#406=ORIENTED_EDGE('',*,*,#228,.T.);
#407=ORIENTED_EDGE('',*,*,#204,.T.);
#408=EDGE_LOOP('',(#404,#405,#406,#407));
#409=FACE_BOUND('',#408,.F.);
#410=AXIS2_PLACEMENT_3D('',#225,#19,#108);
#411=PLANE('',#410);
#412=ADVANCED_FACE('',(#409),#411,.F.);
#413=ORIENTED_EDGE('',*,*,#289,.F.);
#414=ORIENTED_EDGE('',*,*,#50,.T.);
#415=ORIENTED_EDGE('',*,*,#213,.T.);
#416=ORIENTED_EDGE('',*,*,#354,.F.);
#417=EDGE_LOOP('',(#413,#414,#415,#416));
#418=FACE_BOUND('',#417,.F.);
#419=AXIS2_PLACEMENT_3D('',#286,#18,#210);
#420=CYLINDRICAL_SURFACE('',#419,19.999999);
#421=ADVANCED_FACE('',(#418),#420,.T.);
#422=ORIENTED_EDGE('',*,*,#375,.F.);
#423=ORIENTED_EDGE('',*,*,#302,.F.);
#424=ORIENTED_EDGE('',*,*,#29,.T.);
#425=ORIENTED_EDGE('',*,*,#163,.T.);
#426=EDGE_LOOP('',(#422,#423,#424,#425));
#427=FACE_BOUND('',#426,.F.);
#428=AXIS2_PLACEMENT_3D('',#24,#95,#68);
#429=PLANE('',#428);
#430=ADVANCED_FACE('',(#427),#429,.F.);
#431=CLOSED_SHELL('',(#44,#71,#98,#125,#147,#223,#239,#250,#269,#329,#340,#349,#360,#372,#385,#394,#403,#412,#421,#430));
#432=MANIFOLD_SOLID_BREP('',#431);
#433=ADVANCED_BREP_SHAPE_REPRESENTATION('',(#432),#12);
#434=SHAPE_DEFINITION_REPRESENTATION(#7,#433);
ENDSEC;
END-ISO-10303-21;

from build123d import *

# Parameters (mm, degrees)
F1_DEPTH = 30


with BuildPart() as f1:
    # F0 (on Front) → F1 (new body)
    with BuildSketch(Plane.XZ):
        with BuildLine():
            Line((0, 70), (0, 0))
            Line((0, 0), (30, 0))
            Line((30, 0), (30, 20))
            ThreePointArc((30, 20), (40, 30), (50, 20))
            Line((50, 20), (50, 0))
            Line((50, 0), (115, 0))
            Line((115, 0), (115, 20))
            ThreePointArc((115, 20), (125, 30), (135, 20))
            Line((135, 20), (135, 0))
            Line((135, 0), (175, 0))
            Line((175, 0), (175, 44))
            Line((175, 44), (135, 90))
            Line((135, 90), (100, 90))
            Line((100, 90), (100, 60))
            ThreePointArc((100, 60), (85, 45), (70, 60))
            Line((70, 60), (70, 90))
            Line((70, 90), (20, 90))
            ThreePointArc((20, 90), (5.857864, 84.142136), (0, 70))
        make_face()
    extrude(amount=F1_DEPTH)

Task to carry out:
Word for word, restate the lines of the listing above starting at the line with "#434=SHAPE_DEFINITION_REPRESENTATION(#7,#433);" and ending at the line with "Line((0, 0), (30, 0))", and nothing outside them.

Response to the exercise:
#434=SHAPE_DEFINITION_REPRESENTATION(#7,#433);
ENDSEC;
END-ISO-10303-21;

from build123d import *

# Parameters (mm, degrees)
F1_DEPTH = 30


with BuildPart() as f1:
    # F0 (on Front) → F1 (new body)
    with BuildSketch(Plane.XZ):
        with BuildLine():
            Line((0, 70), (0, 0))
            Line((0, 0), (30, 0))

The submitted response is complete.